Dans l’état de Guerrero, le slogan « Un violeur ne sera pas gouverneur » a été entendu à maintes reprises, de même que dans la capitale du pays, en référence au candidat au poste de gouverneur du Mouvement de Régénération Nationale (plus connu sous son acronyme Morena), Felix Salgado Macedonio. Ce dernier fait face à des accusations de viol, d’abus et de harcèlement sexuels.
La double violence à laquelle les femmes qui manifestent se voient confrontées
Dans de nombreux cas, les médias, au lieu de parler des justes revendications des femmes et de leur frustration face au peu de progrès réalisés à ce jour, ont évoqué les bâtiments publics endommagés, les affrontements avec la police, les arrestations et les blessures (tant du côté des manifestants que du personnel de sécurité), dans le contexte des marches. Dans la seule capitale, les autorités locales ont fait état de 81 personnes blessées au cours de la manifestation. En outre, certaines sources dénoncent l’utilisation de gaz lacrymogène par la police, ce que le gouvernement a démenti.
Le rapport d’Amnesty International souligne que les autorités mexicaines réagissent aux manifestations des femmes et aux propos sur la violence sexiste par un recours excessif et inutile à la force, par des détentions illégales et arbitraires et par des violences verbales et physiques. Il expose également comment les manifestations féministes, bien qu’elles soient pour la plupart pacifiques, ont commencé à être stigmatisées comme violentes, et comment plusieurs manifestantes ont subi des violations des droits humains lors de ces marches depuis l’année dernière.
En outre, le document souligne que les slogans et les symboles peints par les manifestantes sur les murs, les sols et les monuments publics, ainsi que les interventions sur les monuments sont « des expressions protégées par le droit humain à la liberté d’expression ».
La « réponse » du gouvernement de la 4T – « Un mur de la paix ».
Le président mexicain Andrés Manuel López Obrador (AMLO) a une attitude plutôt contradictoire vis-à-vis de la question du genre. À plusieurs reprises, il a apporté son soutien à l’ancien candidat du Guerrero, Salgado Macedonio déjà mentionné. Il a réduit les budgets destinés à financer les programmes publics visant à éradiquer la violence à l’égard des femmes et a déclaré, lors d’une conférence matinale, que les mouvements féministes sont « des groupes manipulés par les conservateurs et que leurs revendications sont des attaques politiques ».

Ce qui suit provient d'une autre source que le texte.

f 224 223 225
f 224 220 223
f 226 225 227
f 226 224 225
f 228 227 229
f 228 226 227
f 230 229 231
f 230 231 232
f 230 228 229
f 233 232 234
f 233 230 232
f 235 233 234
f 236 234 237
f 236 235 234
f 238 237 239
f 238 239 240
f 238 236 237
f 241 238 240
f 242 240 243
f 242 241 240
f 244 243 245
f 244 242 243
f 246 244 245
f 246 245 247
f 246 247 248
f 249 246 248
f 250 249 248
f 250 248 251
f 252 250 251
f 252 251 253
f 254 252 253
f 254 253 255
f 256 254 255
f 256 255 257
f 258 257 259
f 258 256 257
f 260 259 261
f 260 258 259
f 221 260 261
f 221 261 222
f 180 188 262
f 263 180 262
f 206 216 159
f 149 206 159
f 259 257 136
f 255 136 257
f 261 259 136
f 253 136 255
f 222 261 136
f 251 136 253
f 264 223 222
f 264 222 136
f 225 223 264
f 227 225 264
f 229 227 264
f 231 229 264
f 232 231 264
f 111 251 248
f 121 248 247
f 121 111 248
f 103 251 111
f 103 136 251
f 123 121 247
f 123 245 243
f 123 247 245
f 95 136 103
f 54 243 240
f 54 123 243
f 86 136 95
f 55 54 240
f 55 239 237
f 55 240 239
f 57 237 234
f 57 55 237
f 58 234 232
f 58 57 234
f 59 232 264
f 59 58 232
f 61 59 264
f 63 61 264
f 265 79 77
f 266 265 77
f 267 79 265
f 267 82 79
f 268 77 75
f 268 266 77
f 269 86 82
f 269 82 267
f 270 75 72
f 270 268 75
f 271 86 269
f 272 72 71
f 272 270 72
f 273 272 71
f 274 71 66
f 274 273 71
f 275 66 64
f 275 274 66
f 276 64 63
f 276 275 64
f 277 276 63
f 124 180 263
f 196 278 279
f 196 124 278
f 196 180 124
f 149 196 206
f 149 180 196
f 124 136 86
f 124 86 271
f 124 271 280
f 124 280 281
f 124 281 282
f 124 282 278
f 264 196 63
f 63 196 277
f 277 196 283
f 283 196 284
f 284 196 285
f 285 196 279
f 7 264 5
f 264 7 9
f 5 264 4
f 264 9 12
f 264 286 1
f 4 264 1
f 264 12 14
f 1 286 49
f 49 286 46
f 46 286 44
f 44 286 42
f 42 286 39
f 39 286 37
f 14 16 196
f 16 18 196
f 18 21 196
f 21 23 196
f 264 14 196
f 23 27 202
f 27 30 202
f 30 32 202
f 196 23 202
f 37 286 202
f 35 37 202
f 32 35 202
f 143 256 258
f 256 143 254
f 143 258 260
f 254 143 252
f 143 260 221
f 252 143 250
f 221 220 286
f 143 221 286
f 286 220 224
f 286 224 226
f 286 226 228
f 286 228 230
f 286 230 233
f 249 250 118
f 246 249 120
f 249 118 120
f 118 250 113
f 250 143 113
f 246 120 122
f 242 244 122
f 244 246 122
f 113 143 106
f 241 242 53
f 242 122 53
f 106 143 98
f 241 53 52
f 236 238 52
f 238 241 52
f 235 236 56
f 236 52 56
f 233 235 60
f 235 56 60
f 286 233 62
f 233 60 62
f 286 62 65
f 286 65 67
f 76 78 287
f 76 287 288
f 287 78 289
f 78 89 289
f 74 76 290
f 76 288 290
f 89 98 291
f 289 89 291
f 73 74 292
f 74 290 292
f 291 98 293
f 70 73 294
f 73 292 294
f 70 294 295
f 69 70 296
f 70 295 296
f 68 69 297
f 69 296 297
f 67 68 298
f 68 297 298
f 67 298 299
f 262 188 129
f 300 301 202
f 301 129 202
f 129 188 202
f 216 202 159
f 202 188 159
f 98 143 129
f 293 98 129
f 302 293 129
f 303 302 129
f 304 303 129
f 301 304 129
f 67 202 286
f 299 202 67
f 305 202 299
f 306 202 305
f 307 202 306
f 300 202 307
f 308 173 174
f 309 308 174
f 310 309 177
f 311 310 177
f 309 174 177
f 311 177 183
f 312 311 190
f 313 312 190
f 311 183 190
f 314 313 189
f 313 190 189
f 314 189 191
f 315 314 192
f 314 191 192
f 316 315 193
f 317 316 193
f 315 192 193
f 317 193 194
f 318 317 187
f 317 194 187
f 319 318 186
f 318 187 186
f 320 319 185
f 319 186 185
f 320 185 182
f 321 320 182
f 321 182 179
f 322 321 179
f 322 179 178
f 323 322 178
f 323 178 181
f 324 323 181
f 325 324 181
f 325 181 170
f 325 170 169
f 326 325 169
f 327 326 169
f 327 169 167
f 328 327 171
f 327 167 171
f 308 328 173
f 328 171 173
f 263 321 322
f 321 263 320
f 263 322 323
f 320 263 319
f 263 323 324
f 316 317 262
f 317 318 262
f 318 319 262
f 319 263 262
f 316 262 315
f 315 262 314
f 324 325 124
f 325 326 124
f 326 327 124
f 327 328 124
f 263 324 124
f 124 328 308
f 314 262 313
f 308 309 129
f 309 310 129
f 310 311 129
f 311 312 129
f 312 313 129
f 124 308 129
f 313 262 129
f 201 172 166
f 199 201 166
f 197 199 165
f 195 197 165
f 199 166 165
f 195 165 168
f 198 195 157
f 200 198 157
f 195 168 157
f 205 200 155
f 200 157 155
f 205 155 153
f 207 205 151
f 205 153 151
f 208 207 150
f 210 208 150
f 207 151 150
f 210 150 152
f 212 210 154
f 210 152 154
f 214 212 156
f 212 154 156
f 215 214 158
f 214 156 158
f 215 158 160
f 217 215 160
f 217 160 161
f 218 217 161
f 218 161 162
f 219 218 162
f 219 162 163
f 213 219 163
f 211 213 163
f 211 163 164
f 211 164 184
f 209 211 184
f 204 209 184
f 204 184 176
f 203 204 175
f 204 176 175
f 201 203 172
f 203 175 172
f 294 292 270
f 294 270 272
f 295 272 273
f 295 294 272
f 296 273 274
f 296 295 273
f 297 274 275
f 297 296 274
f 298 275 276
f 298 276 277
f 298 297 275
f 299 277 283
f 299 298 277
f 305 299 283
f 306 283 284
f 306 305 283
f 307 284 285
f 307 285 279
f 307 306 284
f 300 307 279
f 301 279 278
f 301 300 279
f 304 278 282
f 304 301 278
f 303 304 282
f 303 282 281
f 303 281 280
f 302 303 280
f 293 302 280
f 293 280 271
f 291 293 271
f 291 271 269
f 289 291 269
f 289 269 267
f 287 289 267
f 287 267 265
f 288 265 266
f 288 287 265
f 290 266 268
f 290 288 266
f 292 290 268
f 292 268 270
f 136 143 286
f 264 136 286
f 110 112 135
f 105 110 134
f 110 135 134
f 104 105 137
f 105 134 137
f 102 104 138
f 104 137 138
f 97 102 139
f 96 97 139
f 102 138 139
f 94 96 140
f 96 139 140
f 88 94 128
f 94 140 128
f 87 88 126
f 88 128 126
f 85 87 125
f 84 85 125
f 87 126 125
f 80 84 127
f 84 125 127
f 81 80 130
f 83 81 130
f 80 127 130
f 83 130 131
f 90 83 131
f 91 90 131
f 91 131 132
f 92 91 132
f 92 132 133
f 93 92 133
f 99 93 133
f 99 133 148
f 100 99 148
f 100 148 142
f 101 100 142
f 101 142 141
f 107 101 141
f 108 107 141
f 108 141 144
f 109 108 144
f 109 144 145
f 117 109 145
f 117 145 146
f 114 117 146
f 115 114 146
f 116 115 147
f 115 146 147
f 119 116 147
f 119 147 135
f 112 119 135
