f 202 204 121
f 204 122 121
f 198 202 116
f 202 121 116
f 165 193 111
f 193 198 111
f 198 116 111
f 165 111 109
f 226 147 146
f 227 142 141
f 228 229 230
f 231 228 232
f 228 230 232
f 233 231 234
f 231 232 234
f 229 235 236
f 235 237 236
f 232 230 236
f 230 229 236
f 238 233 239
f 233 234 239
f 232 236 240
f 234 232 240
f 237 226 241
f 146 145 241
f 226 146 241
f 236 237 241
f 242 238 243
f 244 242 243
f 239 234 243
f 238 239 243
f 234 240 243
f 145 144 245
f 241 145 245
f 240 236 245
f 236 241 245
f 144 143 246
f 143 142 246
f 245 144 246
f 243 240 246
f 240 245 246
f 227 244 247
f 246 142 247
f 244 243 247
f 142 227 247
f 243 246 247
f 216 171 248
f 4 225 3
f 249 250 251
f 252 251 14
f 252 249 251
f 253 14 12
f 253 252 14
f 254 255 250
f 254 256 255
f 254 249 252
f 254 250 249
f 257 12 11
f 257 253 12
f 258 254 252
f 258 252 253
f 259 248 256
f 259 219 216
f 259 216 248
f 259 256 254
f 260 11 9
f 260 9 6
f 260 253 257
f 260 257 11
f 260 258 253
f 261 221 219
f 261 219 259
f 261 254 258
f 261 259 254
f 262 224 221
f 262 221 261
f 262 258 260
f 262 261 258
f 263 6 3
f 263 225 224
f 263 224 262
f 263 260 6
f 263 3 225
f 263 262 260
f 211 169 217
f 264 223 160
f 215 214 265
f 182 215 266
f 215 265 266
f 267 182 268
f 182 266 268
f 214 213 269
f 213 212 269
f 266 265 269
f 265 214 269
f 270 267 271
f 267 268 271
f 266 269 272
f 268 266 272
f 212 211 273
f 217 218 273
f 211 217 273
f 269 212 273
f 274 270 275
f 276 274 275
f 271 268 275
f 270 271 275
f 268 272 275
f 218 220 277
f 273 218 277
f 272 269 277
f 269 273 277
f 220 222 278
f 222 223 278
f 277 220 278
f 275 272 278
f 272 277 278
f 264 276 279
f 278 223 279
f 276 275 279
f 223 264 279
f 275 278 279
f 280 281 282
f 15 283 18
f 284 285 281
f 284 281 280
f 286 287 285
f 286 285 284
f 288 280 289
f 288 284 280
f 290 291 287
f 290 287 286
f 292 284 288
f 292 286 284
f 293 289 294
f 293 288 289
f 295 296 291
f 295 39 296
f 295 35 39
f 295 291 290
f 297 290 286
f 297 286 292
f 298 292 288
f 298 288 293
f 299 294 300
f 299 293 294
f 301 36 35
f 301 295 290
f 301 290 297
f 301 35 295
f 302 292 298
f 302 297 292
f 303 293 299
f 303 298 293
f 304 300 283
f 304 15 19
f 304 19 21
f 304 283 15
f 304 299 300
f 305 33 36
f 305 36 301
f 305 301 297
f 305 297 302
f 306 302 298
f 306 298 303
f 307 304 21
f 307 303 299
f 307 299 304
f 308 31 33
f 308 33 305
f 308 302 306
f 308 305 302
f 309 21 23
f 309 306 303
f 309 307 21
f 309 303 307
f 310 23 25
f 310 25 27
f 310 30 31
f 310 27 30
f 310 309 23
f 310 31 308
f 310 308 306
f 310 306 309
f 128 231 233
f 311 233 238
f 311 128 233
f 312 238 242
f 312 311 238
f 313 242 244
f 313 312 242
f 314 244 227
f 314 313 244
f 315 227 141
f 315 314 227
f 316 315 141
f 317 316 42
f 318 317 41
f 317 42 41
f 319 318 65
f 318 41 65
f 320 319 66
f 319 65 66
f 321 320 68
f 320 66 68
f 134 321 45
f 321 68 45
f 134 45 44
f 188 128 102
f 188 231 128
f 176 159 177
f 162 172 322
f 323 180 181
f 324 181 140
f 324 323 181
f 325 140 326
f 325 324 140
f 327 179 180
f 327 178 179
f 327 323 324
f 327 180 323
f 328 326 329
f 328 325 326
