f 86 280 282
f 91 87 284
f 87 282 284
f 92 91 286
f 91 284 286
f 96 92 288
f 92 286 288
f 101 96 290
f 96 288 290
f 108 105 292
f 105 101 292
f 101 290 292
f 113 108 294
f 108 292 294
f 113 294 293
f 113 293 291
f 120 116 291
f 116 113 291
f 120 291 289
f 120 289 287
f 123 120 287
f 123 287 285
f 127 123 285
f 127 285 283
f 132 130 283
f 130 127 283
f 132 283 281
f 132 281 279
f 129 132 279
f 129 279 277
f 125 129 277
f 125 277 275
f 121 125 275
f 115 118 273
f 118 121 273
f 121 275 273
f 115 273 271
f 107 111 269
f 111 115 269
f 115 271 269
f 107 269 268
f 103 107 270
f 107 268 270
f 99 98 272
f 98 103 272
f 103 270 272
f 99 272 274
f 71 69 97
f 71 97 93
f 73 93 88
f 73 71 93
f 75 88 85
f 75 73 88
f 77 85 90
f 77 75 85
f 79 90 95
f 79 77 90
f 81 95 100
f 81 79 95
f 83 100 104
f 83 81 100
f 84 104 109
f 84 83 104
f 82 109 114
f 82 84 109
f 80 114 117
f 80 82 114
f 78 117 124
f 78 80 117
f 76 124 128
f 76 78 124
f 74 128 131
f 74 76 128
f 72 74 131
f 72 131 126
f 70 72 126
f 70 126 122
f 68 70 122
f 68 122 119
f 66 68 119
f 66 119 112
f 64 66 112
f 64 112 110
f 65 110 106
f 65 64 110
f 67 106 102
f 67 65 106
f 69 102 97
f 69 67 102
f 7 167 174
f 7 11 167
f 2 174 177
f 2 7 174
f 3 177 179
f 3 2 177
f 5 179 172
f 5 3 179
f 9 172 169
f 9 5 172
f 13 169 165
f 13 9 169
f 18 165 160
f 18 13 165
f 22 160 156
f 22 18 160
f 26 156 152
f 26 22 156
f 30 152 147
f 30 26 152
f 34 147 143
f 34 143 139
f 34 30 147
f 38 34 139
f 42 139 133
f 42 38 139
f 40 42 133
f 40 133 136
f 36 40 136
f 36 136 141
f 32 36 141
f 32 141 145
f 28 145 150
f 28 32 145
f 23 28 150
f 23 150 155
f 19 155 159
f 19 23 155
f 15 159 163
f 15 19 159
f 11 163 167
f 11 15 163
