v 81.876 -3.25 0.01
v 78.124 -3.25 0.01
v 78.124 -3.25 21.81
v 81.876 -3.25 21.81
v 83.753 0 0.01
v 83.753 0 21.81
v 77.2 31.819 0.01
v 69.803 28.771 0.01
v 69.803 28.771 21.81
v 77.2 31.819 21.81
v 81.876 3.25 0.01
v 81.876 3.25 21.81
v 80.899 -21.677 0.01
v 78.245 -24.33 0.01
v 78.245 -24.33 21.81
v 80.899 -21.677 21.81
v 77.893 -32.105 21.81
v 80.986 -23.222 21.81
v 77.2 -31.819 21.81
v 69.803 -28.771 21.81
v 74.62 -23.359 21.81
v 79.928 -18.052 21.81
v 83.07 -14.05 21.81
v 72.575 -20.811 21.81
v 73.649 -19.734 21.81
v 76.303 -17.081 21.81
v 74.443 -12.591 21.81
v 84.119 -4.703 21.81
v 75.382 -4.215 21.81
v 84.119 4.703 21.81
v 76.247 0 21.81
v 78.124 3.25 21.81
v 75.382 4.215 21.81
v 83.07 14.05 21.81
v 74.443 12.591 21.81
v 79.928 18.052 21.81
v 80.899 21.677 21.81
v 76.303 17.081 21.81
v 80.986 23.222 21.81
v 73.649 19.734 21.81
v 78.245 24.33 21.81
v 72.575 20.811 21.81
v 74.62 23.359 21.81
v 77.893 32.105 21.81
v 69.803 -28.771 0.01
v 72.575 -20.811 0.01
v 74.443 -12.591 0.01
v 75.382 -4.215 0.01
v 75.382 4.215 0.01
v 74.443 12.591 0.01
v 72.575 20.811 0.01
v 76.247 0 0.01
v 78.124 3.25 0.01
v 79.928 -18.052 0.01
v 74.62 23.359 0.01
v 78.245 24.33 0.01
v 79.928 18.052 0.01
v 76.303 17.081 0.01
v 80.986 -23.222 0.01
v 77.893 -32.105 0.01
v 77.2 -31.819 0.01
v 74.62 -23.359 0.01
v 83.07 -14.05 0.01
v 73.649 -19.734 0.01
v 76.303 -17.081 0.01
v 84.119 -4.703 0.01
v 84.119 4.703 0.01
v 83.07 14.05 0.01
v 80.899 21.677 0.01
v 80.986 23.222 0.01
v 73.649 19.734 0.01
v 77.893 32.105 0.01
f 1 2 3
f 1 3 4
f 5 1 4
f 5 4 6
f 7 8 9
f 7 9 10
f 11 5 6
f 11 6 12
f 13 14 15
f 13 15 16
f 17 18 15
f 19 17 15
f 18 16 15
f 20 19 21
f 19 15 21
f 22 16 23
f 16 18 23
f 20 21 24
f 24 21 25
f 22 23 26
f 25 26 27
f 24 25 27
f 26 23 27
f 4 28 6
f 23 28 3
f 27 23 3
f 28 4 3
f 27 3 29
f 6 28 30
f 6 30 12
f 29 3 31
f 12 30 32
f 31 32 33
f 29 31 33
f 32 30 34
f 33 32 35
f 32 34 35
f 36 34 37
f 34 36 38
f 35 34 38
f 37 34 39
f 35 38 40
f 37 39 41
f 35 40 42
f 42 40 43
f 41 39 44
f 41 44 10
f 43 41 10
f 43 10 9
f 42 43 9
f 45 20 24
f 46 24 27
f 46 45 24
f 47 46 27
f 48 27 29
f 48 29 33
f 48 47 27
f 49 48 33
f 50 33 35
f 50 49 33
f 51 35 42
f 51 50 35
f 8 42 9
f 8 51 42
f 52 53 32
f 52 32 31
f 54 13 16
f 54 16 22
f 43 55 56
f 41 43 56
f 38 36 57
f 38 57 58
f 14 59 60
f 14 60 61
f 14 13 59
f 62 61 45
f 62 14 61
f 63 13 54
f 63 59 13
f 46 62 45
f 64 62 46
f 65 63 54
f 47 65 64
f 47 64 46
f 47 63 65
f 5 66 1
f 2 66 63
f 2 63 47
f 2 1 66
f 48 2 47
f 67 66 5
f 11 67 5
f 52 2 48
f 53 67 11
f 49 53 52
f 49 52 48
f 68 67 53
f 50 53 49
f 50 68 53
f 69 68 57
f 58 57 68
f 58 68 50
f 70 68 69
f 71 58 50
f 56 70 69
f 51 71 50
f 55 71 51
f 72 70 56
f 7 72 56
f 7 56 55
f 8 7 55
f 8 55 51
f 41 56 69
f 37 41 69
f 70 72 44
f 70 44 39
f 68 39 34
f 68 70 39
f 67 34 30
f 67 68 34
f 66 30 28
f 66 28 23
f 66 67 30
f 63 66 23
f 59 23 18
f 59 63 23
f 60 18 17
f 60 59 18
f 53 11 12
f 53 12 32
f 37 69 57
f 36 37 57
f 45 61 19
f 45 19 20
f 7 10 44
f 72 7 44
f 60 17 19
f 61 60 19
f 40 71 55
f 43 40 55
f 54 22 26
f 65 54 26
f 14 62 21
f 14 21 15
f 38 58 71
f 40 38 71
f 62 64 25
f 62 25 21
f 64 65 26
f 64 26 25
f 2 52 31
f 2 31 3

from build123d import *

# Parameters (mm, degrees)
BOSS_EXTRUDE1_START = 0.01
BOSS_EXTRUDE1_DEPTH = 21.8


with BuildPart() as part:
    # Sketch1 → Boss-Extrude1 (new body)
    with BuildSketch(Plane.XY.offset(BOSS_EXTRUDE1_START)):
        with BuildLine():
            Line((77.199593807, -31.819376425), (69.803225538, -28.770813414))
            ThreePointArc((69.803225538, -28.770813414), (75.5, 0), (69.803225538, 28.770813414))
            Line((69.803225538, 28.770813414), (77.199593807, 31.819376425))
            Line((77.199593807, 31.819376425), (77.893003332, 32.105179208))
            ThreePointArc((77.893003332, 32.105179208), (84.25, 0), (77.893003332, -32.105179208))
            Line((77.893003332, -32.105179208), (77.199593807, -31.819376425))
        make_face()
        Polygon((76.24722325, 0), (78.123611625, -3.25), (81.876388375, -3.25), (83.75277675, 0), (81.876388375, 3.25), (78.123611625, 3.25), align=None, mode=Mode.SUBTRACT)
        Polygon((79.927679991, 18.05190972), (76.302776008, 17.080619625), (73.64916212, 19.734233513), (74.620452215, 23.359137496), (78.245356198, 24.330427591), (80.898970086, 21.676813703), align=None, mode=Mode.SUBTRACT)
        Polygon((74.620452215, -23.359137496), (78.245356198, -24.330427591), (80.898970086, -21.676813703), (79.927679991, -18.05190972), (76.302776008, -17.080619625), (73.64916212, -19.734233513), align=None, mode=Mode.SUBTRACT)
    extrude(amount=BOSS_EXTRUDE1_DEPTH)


solid = part.part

Face aux marches prévues pour le 8M dans la capitale, le président et le gouvernement de Mexico (dirigé par une femme), ont décidé de construire une barrière, du jamais vu, devant le Palais National : un « Mur de la Paix ». Selon le président, sa fonction était de protéger les manifestantes. Cependant, le mur a été critiqué de tous côtés, car il a été considéré comme un symbole de répression de la part du gouvernement.
Le mur est devenu un symbole controversé de cette Journée internationale des droits des femmes 2021. Depuis le week-end précédent, la barrière a été transformée en un « mur de la mémoire » : des centaines de noms de victimes de féminicides y ont été peints. En outre, des images géantes ont été projetées sur la façade du Palais National avec des messages tels que « Mexico feminicide».
« Le confinement a freiné l’élan des manifestations publiques du féminisme, mais la légitimité de ses causes, sa combativité et son ingéniosité pour les défendre lui ont permis de faire irruption dans l’agenda politique et médiatique, tout en élargissant et en diversifiant sa base sociale. Sa force en a fait le mouvement d’opposition le plus puissant contre l’ordre patriarcal au Mexique », a écrit Laura Castillas, journaliste et écrivaine féministe, dans le Washington Post.